The NC control device 3 transmits the grindstone position data calculated by the grindstone position data calculation device 32 to the drive circuit 19 that drives the grindstone feed motor 171. The drive circuit 19 is a servo amplifier, and supplies a motor current to the grindstone feed motor 171 so as to position the grindstone 16 at the position indicated by the grindstone position data. Further, the NC control device 3 uses the workpiece rotation angle data calculated by the grindstone position data calculation device 32 to drive circuits 192 and 193 that drive the workpiece drive motors 141 and 151 of the first headstock 14 and the second headstock 15. Send to. The drive circuits 192 and 193 are servo amplifiers, and supply motor current to the workpiece drive motors 141 and 151 so as to position the workpiece 4 at a position corresponding to the workpiece rotation angle data. The base circle diameter during machining gradually decreases each time the spindle rotates by the amount of cut per spindle rotation, which is obtained by dividing the cutting speed of the grindstone head 16 by the spindle rotation speed. The base circle diameter during machining changes every time the main shaft rotates once, and the correction profile data 302c also changes, so the grindstone position data also changes in the same way.

FIG. 2(a) is an explanatory diagram showing the shape of the processed portion 41 of the workpiece 4. As shown in FIG. In FIG. 2(a), the outer peripheral surface 41a after grinding, which is a finished surface, is shown by a solid line, and the pre-processing outline 41b, which shows the external shape of the processed portion 41 before grinding, is shown by a two-dot chain line. A portion between the unprocessed outline line 41b and the outer circumferential surface 41a is a grinding allowance 410 to be removed by grinding. Note that the other processed parts 42 to 44 also have similar shapes.

As shown in FIG. 2(a), the processed part 41 includes a circular part 411 having a circular shape when viewed along the rotation axis _O1 , which is the center of rotation during processing, and a cam having a non-circular cam shape. portion 412. The circular portion 411 has a constant distance from the rotation axis O ₁ to the outer circumferential surface 41 a, and the cam portion 412 has a longer distance from the rotation axis O ₁ to the outer circumferential surface 41 a than the circular portion 411 . The distance D from the rotation axis _O1 to the outer peripheral surface 41a in the circular portion 411 is the base circle diameter. The profile data 302b and the correction profile data 302c include the lift amount L, which is the difference between the distance from the rotation axis _O1 to the outer peripheral surface 41a and the base circle diameter D, for each predetermined angle (for example, 5 degrees) of the workpiece 4. It is set. In FIG. 2(a), typical angles of the workpiece 4 are shown as 0°, 90°, 180°, and 270°. The maximum value of the lift amount L varies depending on the displacement of the engine in which the camshaft is used, but is, for example, 3 to 5 mm.

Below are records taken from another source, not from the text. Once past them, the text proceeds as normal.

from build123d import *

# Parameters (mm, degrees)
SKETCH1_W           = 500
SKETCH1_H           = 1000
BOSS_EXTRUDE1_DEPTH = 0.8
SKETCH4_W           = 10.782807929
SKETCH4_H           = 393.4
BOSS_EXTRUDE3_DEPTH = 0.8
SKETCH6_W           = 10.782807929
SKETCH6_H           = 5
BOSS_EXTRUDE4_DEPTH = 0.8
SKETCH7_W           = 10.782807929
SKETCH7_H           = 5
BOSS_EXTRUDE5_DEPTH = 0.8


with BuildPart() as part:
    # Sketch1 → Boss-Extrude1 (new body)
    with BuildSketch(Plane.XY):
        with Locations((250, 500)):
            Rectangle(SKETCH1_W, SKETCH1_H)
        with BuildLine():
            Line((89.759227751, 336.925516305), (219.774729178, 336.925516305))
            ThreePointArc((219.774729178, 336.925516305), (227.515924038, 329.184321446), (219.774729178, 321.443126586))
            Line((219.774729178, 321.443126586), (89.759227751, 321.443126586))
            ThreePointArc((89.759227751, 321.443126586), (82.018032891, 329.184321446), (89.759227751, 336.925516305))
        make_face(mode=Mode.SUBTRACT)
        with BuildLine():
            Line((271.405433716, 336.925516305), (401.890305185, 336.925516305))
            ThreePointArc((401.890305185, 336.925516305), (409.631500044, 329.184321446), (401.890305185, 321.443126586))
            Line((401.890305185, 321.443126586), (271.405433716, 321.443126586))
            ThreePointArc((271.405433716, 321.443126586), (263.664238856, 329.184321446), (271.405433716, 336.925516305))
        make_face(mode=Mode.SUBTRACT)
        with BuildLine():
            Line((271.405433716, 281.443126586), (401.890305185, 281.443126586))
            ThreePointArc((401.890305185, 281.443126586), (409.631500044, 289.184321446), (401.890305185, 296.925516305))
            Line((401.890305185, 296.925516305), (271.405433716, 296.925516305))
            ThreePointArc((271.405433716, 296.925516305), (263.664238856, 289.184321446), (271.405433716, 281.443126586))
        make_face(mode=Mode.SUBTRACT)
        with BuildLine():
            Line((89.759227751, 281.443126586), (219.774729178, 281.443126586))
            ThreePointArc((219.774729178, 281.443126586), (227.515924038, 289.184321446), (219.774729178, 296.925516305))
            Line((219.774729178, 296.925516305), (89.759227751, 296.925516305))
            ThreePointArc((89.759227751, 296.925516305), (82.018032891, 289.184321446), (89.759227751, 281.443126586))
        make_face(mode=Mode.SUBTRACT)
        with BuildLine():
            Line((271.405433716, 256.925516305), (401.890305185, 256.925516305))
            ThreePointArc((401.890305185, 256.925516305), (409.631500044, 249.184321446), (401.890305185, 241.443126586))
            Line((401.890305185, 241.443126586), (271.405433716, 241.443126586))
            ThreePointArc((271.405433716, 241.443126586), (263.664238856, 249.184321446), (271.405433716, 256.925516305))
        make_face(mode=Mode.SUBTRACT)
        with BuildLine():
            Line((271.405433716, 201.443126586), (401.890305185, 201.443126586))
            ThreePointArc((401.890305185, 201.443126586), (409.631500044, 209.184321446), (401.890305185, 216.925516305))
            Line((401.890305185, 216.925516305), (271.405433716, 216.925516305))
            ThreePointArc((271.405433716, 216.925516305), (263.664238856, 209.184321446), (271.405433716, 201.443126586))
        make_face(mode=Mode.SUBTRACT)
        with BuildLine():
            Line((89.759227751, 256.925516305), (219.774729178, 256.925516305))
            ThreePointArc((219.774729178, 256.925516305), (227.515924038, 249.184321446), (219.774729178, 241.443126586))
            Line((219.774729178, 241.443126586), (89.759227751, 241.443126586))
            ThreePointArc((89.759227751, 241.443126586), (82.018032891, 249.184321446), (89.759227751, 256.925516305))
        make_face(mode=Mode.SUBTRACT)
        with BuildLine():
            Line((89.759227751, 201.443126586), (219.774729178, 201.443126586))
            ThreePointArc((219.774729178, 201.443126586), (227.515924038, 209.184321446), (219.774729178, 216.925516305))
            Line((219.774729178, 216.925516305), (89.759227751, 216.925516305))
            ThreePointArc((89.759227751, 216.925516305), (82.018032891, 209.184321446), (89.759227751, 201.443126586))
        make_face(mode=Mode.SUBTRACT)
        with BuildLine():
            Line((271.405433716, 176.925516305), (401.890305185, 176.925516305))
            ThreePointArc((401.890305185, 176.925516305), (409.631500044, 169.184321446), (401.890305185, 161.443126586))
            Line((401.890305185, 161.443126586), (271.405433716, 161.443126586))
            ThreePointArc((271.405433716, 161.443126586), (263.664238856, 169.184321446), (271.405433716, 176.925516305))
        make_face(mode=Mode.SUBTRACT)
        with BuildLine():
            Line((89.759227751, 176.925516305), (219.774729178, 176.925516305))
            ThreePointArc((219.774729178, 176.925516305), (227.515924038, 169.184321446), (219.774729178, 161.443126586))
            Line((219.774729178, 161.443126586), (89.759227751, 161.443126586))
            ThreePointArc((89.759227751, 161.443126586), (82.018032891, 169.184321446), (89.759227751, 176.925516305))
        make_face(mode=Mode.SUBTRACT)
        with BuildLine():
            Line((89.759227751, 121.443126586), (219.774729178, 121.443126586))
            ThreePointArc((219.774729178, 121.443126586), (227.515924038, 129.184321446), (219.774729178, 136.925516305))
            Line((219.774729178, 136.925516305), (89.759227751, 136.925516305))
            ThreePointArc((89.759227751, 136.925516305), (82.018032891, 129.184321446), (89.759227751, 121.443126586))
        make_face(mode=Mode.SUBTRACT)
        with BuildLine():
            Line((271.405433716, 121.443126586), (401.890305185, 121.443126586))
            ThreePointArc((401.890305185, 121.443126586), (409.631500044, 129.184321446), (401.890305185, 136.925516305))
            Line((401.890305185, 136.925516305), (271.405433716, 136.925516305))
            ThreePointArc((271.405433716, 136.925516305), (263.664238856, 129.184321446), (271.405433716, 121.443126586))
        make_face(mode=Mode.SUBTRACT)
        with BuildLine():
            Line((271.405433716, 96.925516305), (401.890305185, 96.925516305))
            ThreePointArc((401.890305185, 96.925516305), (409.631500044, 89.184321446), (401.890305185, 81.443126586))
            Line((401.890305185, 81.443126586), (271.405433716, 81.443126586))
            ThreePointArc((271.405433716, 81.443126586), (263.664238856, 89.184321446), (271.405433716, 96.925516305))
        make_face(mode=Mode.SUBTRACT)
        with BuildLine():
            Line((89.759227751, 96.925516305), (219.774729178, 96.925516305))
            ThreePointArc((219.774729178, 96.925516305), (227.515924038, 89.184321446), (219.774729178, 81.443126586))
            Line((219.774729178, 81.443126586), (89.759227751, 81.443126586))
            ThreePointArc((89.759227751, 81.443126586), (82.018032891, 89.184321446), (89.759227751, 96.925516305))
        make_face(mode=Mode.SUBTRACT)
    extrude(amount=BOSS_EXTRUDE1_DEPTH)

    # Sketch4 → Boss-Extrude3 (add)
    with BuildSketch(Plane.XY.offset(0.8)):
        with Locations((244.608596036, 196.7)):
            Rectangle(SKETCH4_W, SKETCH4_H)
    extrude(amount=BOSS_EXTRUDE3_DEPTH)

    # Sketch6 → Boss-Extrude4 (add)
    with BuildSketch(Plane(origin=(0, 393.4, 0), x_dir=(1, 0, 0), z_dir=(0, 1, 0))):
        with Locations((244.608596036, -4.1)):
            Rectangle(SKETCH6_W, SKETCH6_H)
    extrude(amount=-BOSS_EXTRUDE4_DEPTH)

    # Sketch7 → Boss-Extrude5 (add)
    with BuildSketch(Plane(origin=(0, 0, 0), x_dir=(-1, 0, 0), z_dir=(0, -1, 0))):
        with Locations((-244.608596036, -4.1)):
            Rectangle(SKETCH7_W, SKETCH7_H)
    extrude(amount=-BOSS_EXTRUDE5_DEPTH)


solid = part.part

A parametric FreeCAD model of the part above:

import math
import FreeCAD as App
import Part
import Sketcher
from FreeCAD import Vector
Q = App.Units.Quantity


def add_polygon(sketch, points):
    """Adds a closed chain of lines whose ends are joined by coincident constraints."""
    first, n = sketch.GeometryCount, len(points)
    for a, b in zip(points, points[1:] + points[:1]):
        sketch.addGeometry(Part.LineSegment(App.Vector(*a, 0), App.Vector(*b, 0)), False)
    for i in range(n):
        sketch.addConstraint(Sketcher.Constraint("Coincident", first + i, 2, first + (i + 1) % n, 1))

doc = App.newDocument("Part")
body = doc.addObject("PartDesign::Body", "Body")

sketch1 = body.newObject("Sketcher::SketchObject", "Sketch")
sketch1.AttachmentSupport = (doc.getObject("XY_Plane"), [""])
sketch1.MapMode = "FlatFace"
add_polygon(sketch1, [(0, 1000), (0, 0), (500, 0), (500, 1000)])
sketch1.addGeometry(Part.ArcOfCircle(Part.Circle(Vector(90, 89, 0), Vector(0, 0, 1), 8), math.radians(90), math.radians(270)), False)
sketch1.addGeometry(Part.LineSegment(Vector(90, 97, 0), Vector(220, 97, 0)), False)
sketch1.addGeometry(Part.ArcOfCircle(Part.Circle(Vector(220, 89, 0), Vector(0, 0, 1), 8), math.radians(-90), math.radians(90)), False)
sketch1.addGeometry(Part.LineSegment(Vector(220, 81, 0), Vector(90, 81, 0)), False)
sketch1.addGeometry(Part.LineSegment(Vector(220, 121, 0), Vector(90, 121, 0)), False)
sketch1.addGeometry(Part.ArcOfCircle(Part.Circle(Vector(90, 129, 0), Vector(0, 0, 1), 8), math.radians(90), math.radians(270)), False)
sketch1.addGeometry(Part.LineSegment(Vector(90, 137, 0), Vector(220, 137, 0)), False)
sketch1.addGeometry(Part.ArcOfCircle(Part.Circle(Vector(220, 129, 0), Vector(0, 0, 1), 8), math.radians(-90), math.radians(90)), False)
sketch1.addGeometry(Part.ArcOfCircle(Part.Circle(Vector(90, 169, 0), Vector(0, 0, 1), 8), math.radians(90), math.radians(270)), False)
sketch1.addGeometry(Part.LineSegment(Vector(90, 177, 0), Vector(220, 177, 0)), False)
sketch1.addGeometry(Part.ArcOfCircle(Part.Circle(Vector(220, 169, 0), Vector(0, 0, 1), 8), math.radians(-90), math.radians(90)), False)
sketch1.addGeometry(Part.LineSegment(Vector(220, 161, 0), Vector(90, 161, 0)), False)
sketch1.addGeometry(Part.ArcOfCircle(Part.Circle(Vector(271, 89, 0), Vector(0, 0, 1), 8), math.radians(90), math.radians(270)), False)
sketch1.addGeometry(Part.LineSegment(Vector(271, 97, 0), Vector(402, 97, 0)), False)
sketch1.addGeometry(Part.ArcOfCircle(Part.Circle(Vector(402, 89, 0), Vector(0, 0, 1), 8), math.radians(-90), math.radians(90)), False)
sketch1.addGeometry(Part.LineSegment(Vector(402, 81, 0), Vector(271, 81, 0)), False)
sketch1.addGeometry(Part.LineSegment(Vector(402, 121, 0), Vector(271, 121, 0)), False)
sketch1.addGeometry(Part.ArcOfCircle(Part.Circle(Vector(271, 129, 0), Vector(0, 0, 1), 8), math.radians(90), math.radians(270)), False)
sketch1.addGeometry(Part.LineSegment(Vector(271, 137, 0), Vector(402, 137, 0)), False)
sketch1.addGeometry(Part.ArcOfCircle(Part.Circle(Vector(402, 129, 0), Vector(0, 0, 1), 8), math.radians(-90), math.radians(90)), False)
sketch1.addGeometry(Part.ArcOfCircle(Part.Circle(Vector(271, 169, 0), Vector(0, 0, 1), 8), math.radians(90), math.radians(270)), False)
sketch1.addGeometry(Part.LineSegment(Vector(271, 177, 0), Vector(402, 177, 0)), False)
sketch1.addGeometry(Part.ArcOfCircle(Part.Circle(Vector(402, 169, 0), Vector(0, 0, 1), 8), math.radians(-90), math.radians(90)), False)
sketch1.addGeometry(Part.LineSegment(Vector(402, 161, 0), Vector(271, 161, 0)), False)
sketch1.addGeometry(Part.LineSegment(Vector(220, 201, 0), Vector(90, 201, 0)), False)
sketch1.addGeometry(Part.ArcOfCircle(Part.Circle(Vector(90, 209, 0), Vector(0, 0, 1), 8), math.radians(90), math.radians(270)), False)
sketch1.addGeometry(Part.LineSegment(Vector(90, 217, 0), Vector(220, 217, 0)), False)
sketch1.addGeometry(Part.ArcOfCircle(Part.Circle(Vector(220, 209, 0), Vector(0, 0, 1), 8), math.radians(-90), math.radians(90)), False)
sketch1.addGeometry(Part.ArcOfCircle(Part.Circle(Vector(90, 249, 0), Vector(0, 0, 1), 8), math.radians(90), math.radians(270)), False)
sketch1.addGeometry(Part.LineSegment(Vector(90, 257, 0), Vector(220, 257, 0)), False)
sketch1.addGeometry(Part.ArcOfCircle(Part.Circle(Vector(220, 249, 0), Vector(0, 0, 1), 8), math.radians(-90), math.radians(90)), False)
sketch1.addGeometry(Part.LineSegment(Vector(220, 241, 0), Vector(90, 241, 0)), False)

FIG. 2(b) is an explanatory diagram showing the shape of the processed portion 41 of the workpiece 4 during the grinding process together with a part of the grindstone 10. As shown in FIG. The workpiece 41 is ground by the grindstone 10 while being rotated multiple times by the first headstock 14 and the second headstock 15 . In addition, in FIG. 2(b), the amount of grinding per rotation of the main shaft is exaggerated.

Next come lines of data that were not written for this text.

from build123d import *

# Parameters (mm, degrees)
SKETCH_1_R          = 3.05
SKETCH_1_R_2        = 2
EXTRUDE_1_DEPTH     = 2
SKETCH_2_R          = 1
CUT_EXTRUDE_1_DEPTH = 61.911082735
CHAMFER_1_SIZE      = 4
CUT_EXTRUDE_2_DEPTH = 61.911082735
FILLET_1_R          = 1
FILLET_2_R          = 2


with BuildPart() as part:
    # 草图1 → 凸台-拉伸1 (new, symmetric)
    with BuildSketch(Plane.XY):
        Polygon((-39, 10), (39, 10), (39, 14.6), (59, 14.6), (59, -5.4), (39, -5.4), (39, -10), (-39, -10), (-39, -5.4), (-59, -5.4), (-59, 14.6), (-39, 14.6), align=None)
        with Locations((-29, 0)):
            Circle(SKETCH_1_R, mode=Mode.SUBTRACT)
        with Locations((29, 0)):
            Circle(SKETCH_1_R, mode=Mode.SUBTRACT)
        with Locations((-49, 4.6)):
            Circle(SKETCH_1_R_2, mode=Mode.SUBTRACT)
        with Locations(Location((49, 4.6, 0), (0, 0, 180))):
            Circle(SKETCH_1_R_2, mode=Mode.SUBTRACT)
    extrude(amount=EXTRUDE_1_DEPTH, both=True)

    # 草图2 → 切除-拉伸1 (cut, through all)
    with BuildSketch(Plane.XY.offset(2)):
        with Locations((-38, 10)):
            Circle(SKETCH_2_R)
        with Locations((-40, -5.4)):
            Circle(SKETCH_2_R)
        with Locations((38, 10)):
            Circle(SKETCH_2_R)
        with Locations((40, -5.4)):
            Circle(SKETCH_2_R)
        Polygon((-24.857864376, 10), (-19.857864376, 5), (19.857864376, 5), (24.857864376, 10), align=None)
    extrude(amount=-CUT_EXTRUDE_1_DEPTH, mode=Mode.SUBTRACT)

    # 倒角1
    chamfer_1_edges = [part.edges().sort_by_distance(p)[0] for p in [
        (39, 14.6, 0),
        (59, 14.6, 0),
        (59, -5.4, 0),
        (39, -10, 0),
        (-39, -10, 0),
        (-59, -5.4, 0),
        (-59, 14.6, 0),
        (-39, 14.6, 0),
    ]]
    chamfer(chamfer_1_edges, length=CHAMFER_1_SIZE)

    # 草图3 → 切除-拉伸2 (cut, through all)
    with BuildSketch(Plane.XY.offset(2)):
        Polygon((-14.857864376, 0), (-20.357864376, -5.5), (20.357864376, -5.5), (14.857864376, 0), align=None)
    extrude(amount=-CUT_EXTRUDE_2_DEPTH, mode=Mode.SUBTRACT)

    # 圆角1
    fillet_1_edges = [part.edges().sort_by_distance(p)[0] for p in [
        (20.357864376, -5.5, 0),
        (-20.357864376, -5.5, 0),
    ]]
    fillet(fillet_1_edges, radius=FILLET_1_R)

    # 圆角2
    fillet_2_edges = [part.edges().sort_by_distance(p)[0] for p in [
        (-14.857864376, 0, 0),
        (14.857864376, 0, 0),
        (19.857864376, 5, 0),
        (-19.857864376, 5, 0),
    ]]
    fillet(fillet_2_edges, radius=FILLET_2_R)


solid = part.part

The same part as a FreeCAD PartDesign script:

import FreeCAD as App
import Part
import Sketcher
from FreeCAD import Vector


def edges_at(feature, points):
    """Names of the edges that pass closest to the given points."""
    edges = feature.Shape.Edges
    near = lambda p: min(range(len(edges)), key=lambda i: edges[i].distToShape(Part.Vertex(*p))[0])
    return sorted({f"Edge{near(p) + 1}" for p in points})

doc = App.newDocument("Part")
body = doc.addObject("PartDesign::Body", "Body")

# Sketch on XY plane
sketch1 = body.newObject("Sketcher::SketchObject", "Sketch")
sketch1.AttachmentSupport = (doc.getObject("XY_Plane"), [""])
sketch1.MapMode = "FlatFace"
sketch1.addGeometry([
    Part.LineSegment(Vector(39, 10, 0), Vector(-39, 10, 0)),  # 0
    Part.LineSegment(Vector(-39, 10, 0), Vector(-39, 14.6, 0)),  # 1
    Part.LineSegment(Vector(-39, 14.6, 0), Vector(-59, 14.6, 0)),  # 2
    Part.LineSegment(Vector(-59, 14.6, 0), Vector(-59, -5.4, 0)),  # 3
    Part.LineSegment(Vector(-59, -5.4, 0), Vector(-39, -5.4, 0)),  # 4
    Part.LineSegment(Vector(-39, -5.4, 0), Vector(-39, -10, 0)),  # 5
    Part.LineSegment(Vector(-39, -10, 0), Vector(39, -10, 0)),  # 6
    Part.LineSegment(Vector(39, -10, 0), Vector(39, -5.4, 0)),  # 7
    Part.LineSegment(Vector(39, -5.4, 0), Vector(59, -5.4, 0)),  # 8
    Part.LineSegment(Vector(59, -5.4, 0), Vector(59, 14.6, 0)),  # 9
    Part.LineSegment(Vector(59, 14.6, 0), Vector(39, 14.6, 0)),  # 10
    Part.LineSegment(Vector(39, 14.6, 0), Vector(39, 10, 0)),  # 11
    Part.Circle(Vector(29, 0, 0), Vector(0, 0, 1), 3.05),  # 12
    Part.Circle(Vector(-29, 0, 0), Vector(0, 0, 1), 3.05),  # 13
    Part.Circle(Vector(49, 4.6, 0), Vector(0, 0, 1), 2),  # 14
    Part.Circle(Vector(-49, 4.6, 0), Vector(0, 0, 1), 2),  # 15
], False)
sketch1.addConstraint([
    Sketcher.Constraint("Coincident", 0, 2, 1, 1),
    Sketcher.Constraint("Coincident", 1, 2, 2, 1),
    Sketcher.Constraint("Coincident", 2, 2, 3, 1),
    Sketcher.Constraint("Coincident", 3, 2, 4, 1),
    Sketcher.Constraint("Coincident", 4, 2, 5, 1),
    Sketcher.Constraint("Coincident", 5, 2, 6, 1),
    Sketcher.Constraint("Coincident", 6, 2, 7, 1),
    Sketcher.Constraint("Coincident", 7, 2, 8, 1),
    Sketcher.Constraint("Coincident", 8, 2, 9, 1),
    Sketcher.Constraint("Coincident", 9, 2, 10, 1),
    Sketcher.Constraint("Coincident", 10, 2, 11, 1),
    Sketcher.Constraint("Coincident", 11, 2, 0, 1),
    Sketcher.Constraint("Horizontal", 0),
    Sketcher.Constraint("Vertical", 1),
    Sketcher.Constraint("Horizontal", 2),
    Sketcher.Constraint("Vertical", 3),
    Sketcher.Constraint("Horizontal", 4),
    Sketcher.Constraint("Vertical", 5),
    Sketcher.Constraint("Horizontal", 6),
    Sketcher.Constraint("Vertical", 7),
    Sketcher.Constraint("Horizontal", 8),
    Sketcher.Constraint("Vertical", 9),
    Sketcher.Constraint("Horizontal", 10),
    Sketcher.Constraint("Vertical", 11),
    Sketcher.Constraint("Equal", 12, 13),
    Sketcher.Constraint("Equal", 14, 15),
    Sketcher.Constraint("Symmetric", 12, 3, 13, 3, -1, 1),
    Sketcher.Constraint("Symmetric", 0, 2, 6, 2, -1, 1),
    Sketcher.Constraint("Symmetric", 14, 3, 15, 3, -2),
    Sketcher.Constraint("Symmetric", 4, 2, 7, 2, -2),
    Sketcher.Constraint("Symmetric", 2, 2, 9, 2, -2),
    Sketcher.Constraint("PointOnObject", 12, 3, -1),
    Sketcher.Constraint("Vertical", 7, 2, 10, 2),
    Sketcher.Constraint("Equal", 10, 3),
    Sketcher.Constraint("Equal", 1, 5),
    Sketcher.Constraint("Diameter", 14, 4.0),
    Sketcher.Constraint("Diameter", 12, 6.1),
    Sketcher.Constraint("DistanceX", 0, 2, 0, 1, 78.0),
    Sketcher.Constraint("DistanceX", 2, 2, 2, 1, 20.0),
    Sketcher.Constraint("DistanceY", 1, 1, 1, 2, 4.6),
    Sketcher.Constraint("DistanceX", -1, 1, 12, 3, 29.0),
    Sketcher.Constraint("DistanceX", -1, 1, 14, 3, 49.0),
    Sketcher.Constraint("DistanceY", 15, 3, 1, 2, 10.0),
])
pad1 = body.newObject("PartDesign::Pad", "Pad")
pad1.Profile = sketch1
pad1.Length = 4
pad1.Midplane = True

# Sketch on XY plane
sketch2 = body.newObject("Sketcher::SketchObject", "Sketch001")
sketch2.AttachmentSupport = (doc.getObject("XY_Plane"), [""])
sketch2.MapMode = "FlatFace"
sketch2.AttachmentOffset = App.Placement(Vector(0, 0, 2), App.Rotation())
sketch2.addGeometry([
    Part.Circle(Vector(-38, 10, 0), Vector(0, 0, 1), 1),  # 0
    Part.Circle(Vector(-40, -5.4, 0), Vector(0, 0, 1), 1),  # 1
    Part.Circle(Vector(38, 10, 0), Vector(0, 0, 1), 1),  # 2
    Part.Circle(Vector(40, -5.4, 0), Vector(0, 0, 1), 1),  # 3
    Part.LineSegment(Vector(-24.857864, 10, 0), Vector(-19.857864, 5, 0)),  # 4
    Part.LineSegment(Vector(-19.857864, 5, 0), Vector(19.857864, 5, 0)),  # 5
    Part.LineSegment(Vector(19.857864, 5, 0), Vector(24.857864, 10, 0)),  # 6
    Part.LineSegment(Vector(24.857864, 10, 0), Vector(-24.857864, 10, 0)),  # 7
], False)
sketch2.addConstraint([
    Sketcher.Constraint("Coincident", 4, 2, 5, 1),
    Sketcher.Constraint("Coincident", 5, 2, 6, 1),
    Sketcher.Constraint("Coincident", 6, 2, 7, 1),
    Sketcher.Constraint("Coincident", 7, 2, 4, 1),
    Sketcher.Constraint("Horizontal", 5),
    Sketcher.Constraint("Horizontal", 7),
    Sketcher.Constraint("Equal", 0, 1),
    Sketcher.Constraint("Equal", 1, 2),
    Sketcher.Constraint("Equal", 2, 3),
    Sketcher.Constraint("Symmetric", 0, 3, 2, 3, -2),
    Sketcher.Constraint("Symmetric", 1, 3, 3, 3, -2),
    Sketcher.Constraint("Perpendicular", 4, 6),
    Sketcher.Constraint("Horizontal", 2, 3, 6, 2),
    Sketcher.Constraint("Equal", 4, 6),
    Sketcher.Constraint("Diameter", 0, 2.0),
    Sketcher.Constraint("DistanceX", 0, 3, -1, 1, 38.0),
    Sketcher.Constraint("DistanceY", -1, 1, 0, 3, 10.0),
    Sketcher.Constraint("DistanceX", 1, 3, -1, 1, 40.0),
    Sketcher.Constraint("DistanceY", -1, 1, 4, 2, 5.0),
    Sketcher.Constraint("DistanceY", 1, 3, -1, 1, 5.4),
    Sketcher.Constraint("DistanceX", 5, 1, 5, 2, 39.715729),
    Sketcher.Constraint("DistanceX", 4, 2, -1, 1, 19.857864),
])
pocket1 = body.newObject("PartDesign::Pocket", "Pocket")
pocket1.Profile = sketch2
pocket1.Type = "ThroughAll"
doc.recompute()

chamfer = body.newObject("PartDesign::Chamfer", "Chamfer")
chamfer.Base = (pocket1, edges_at(pocket1, [
    (39, 14.6, 0),
    (59, 14.6, 0),
    (59, -5.4, 0),
    (39, -10, 0),
    (-39, -10, 0),
    (-59, -5.4, 0),
    (-59, 14.6, 0),
    (-39, 14.6, 0),
]))
chamfer.Size = 4

# Sketch on XY plane
sketch3 = body.newObject("Sketcher::SketchObject", "Sketch002")
sketch3.AttachmentSupport = (doc.getObject("XY_Plane"), [""])
sketch3.MapMode = "FlatFace"
sketch3.AttachmentOffset = App.Placement(Vector(0, 0, 2), App.Rotation())
sketch3.addGeometry([
    Part.LineSegment(Vector(-14.857864, 0, 0), Vector(-20.357864, -5.5, 0)),
    Part.LineSegment(Vector(-20.357864, -5.5, 0), Vector(20.357864, -5.5, 0)),
    Part.LineSegment(Vector(20.357864, -5.5, 0), Vector(14.857864, 0, 0)),
    Part.LineSegment(Vector(14.857864, 0, 0), Vector(-14.857864, 0, 0)),
], False)
sketch3.addConstraint([
    Sketcher.Constraint("Coincident", 0, 2, 1, 1),
    Sketcher.Constraint("Coincident", 1, 2, 2, 1),
    Sketcher.Constraint("Coincident", 2, 2, 3, 1),
    Sketcher.Constraint("Coincident", 3, 2, 0, 1),
    Sketcher.Constraint("Horizontal", 1),
    Sketcher.Constraint("Horizontal", 3),
    Sketcher.Constraint("Symmetric", 2, 2, 3, 2, -1, 1),
    Sketcher.Constraint("Perpendicular", 0, 2),
    Sketcher.Constraint("Equal", 0, 2),
    Sketcher.Constraint("DistanceY", 0, 2, -1, 1, 5.5),
    Sketcher.Constraint("DistanceX", 1, 1, 1, 2, 40.715729),
])
pocket2 = body.newObject("PartDesign::Pocket", "Pocket001")
pocket2.Profile = sketch3
pocket2.Type = "ThroughAll"
doc.recompute()

fillet = body.newObject("PartDesign::Fillet", "Fillet")
fillet.Base = (pocket2, edges_at(pocket2, [(20.358, -5.5, 0), (-20.358, -5.5, 0)]))
fillet.Radius = 1
doc.recompute()

fillet2 = body.newObject("PartDesign::Fillet", "Fillet001")
fillet2.Base = (fillet, edges_at(fillet, [
    (-14.858, 0, 0),
    (14.858, 0, 0),
    (19.858, 5, 0),
    (-19.858, 5, 0),
]))
fillet2.Radius = 2

doc.recompute()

During one rotation of the workpiece 4, the part to be machined 41 is cut by the amount of cut per one revolution of the spindle, so the outer diameter of the part to be machined 41 during machining is spiral as shown in FIG. 2(b). It becomes like this. As shown in FIG. 2(b), when the grinding wheel 10 is in contact with the 0° phase, a step equal to the amount of cut per spindle rotation is created at the 0° phase, and 4 steps are created at the 90° phase. There will be 3/4 left uncut, and a 270° phase will leave 1/4 uncut. After cutting the amount of cutting described in the machining program 301, if the actual external shape of the processed part 41 after grinding does not match the outer circumferential surface 41a indicated by the profile data 302b, The difference becomes a machining error.

In this embodiment, in order to reduce this machining error and improve machining accuracy, the measuring device 2 measures the outer diameter dimension of the to-be-processed parts 41 to 44 while they are being ground by the grindstone 10. That is, during the grinding process of the workpiece part 41, the measuring device 2 measures the outer diameter dimension of the workpiece part 41 over the entire circumference, and the grinding process of the workpiece part 42 that is performed subsequently after the workpiece part 41 is processed. Inside, the measuring device 2 measures the outer diameter dimension of the processed portion 42 over the entire circumference. The same applies to the other processed parts 43 and 44.

Here, in a general sizing device using a differential transformer, the difference between the maximum and minimum measurable dimensions is, for example, about 1.2 mm, so the maximum value of the lift amount L is It is not possible to measure a cam shape of about 3 to 5 mm over the entire circumference. For this reason, in this embodiment, as the measuring device 2 for measuring the outer diameters of the workpieces 41 to 44, a device capable of measuring a wider dimensional range than a conventional general sizing device is used.

FIG. 3 is a configuration diagram showing an example of the configuration of the measuring device 2. As shown in FIG. The measurement device 2 includes a measurement control device 20, a frame 21 formed by connecting an upper wall 211 and a lower wall 212 by a side wall 213, and guide rails 221 and 222 suspended between the upper wall 211 and the lower wall 212. , first and second slide blocks 231 and 232 that slide while being guided by guide rails 221 and 222, the first measurement unit 24 and digital scale 251 fixed to the first slide block 231, and the second The second measuring section 26 and scale reader 252 fixed to the slide block 232, the first moving mechanism 27 that moves the first measuring section 24, and the second moving mechanism that moves the second measuring section 26. 28 and drive circuits 291 and 292.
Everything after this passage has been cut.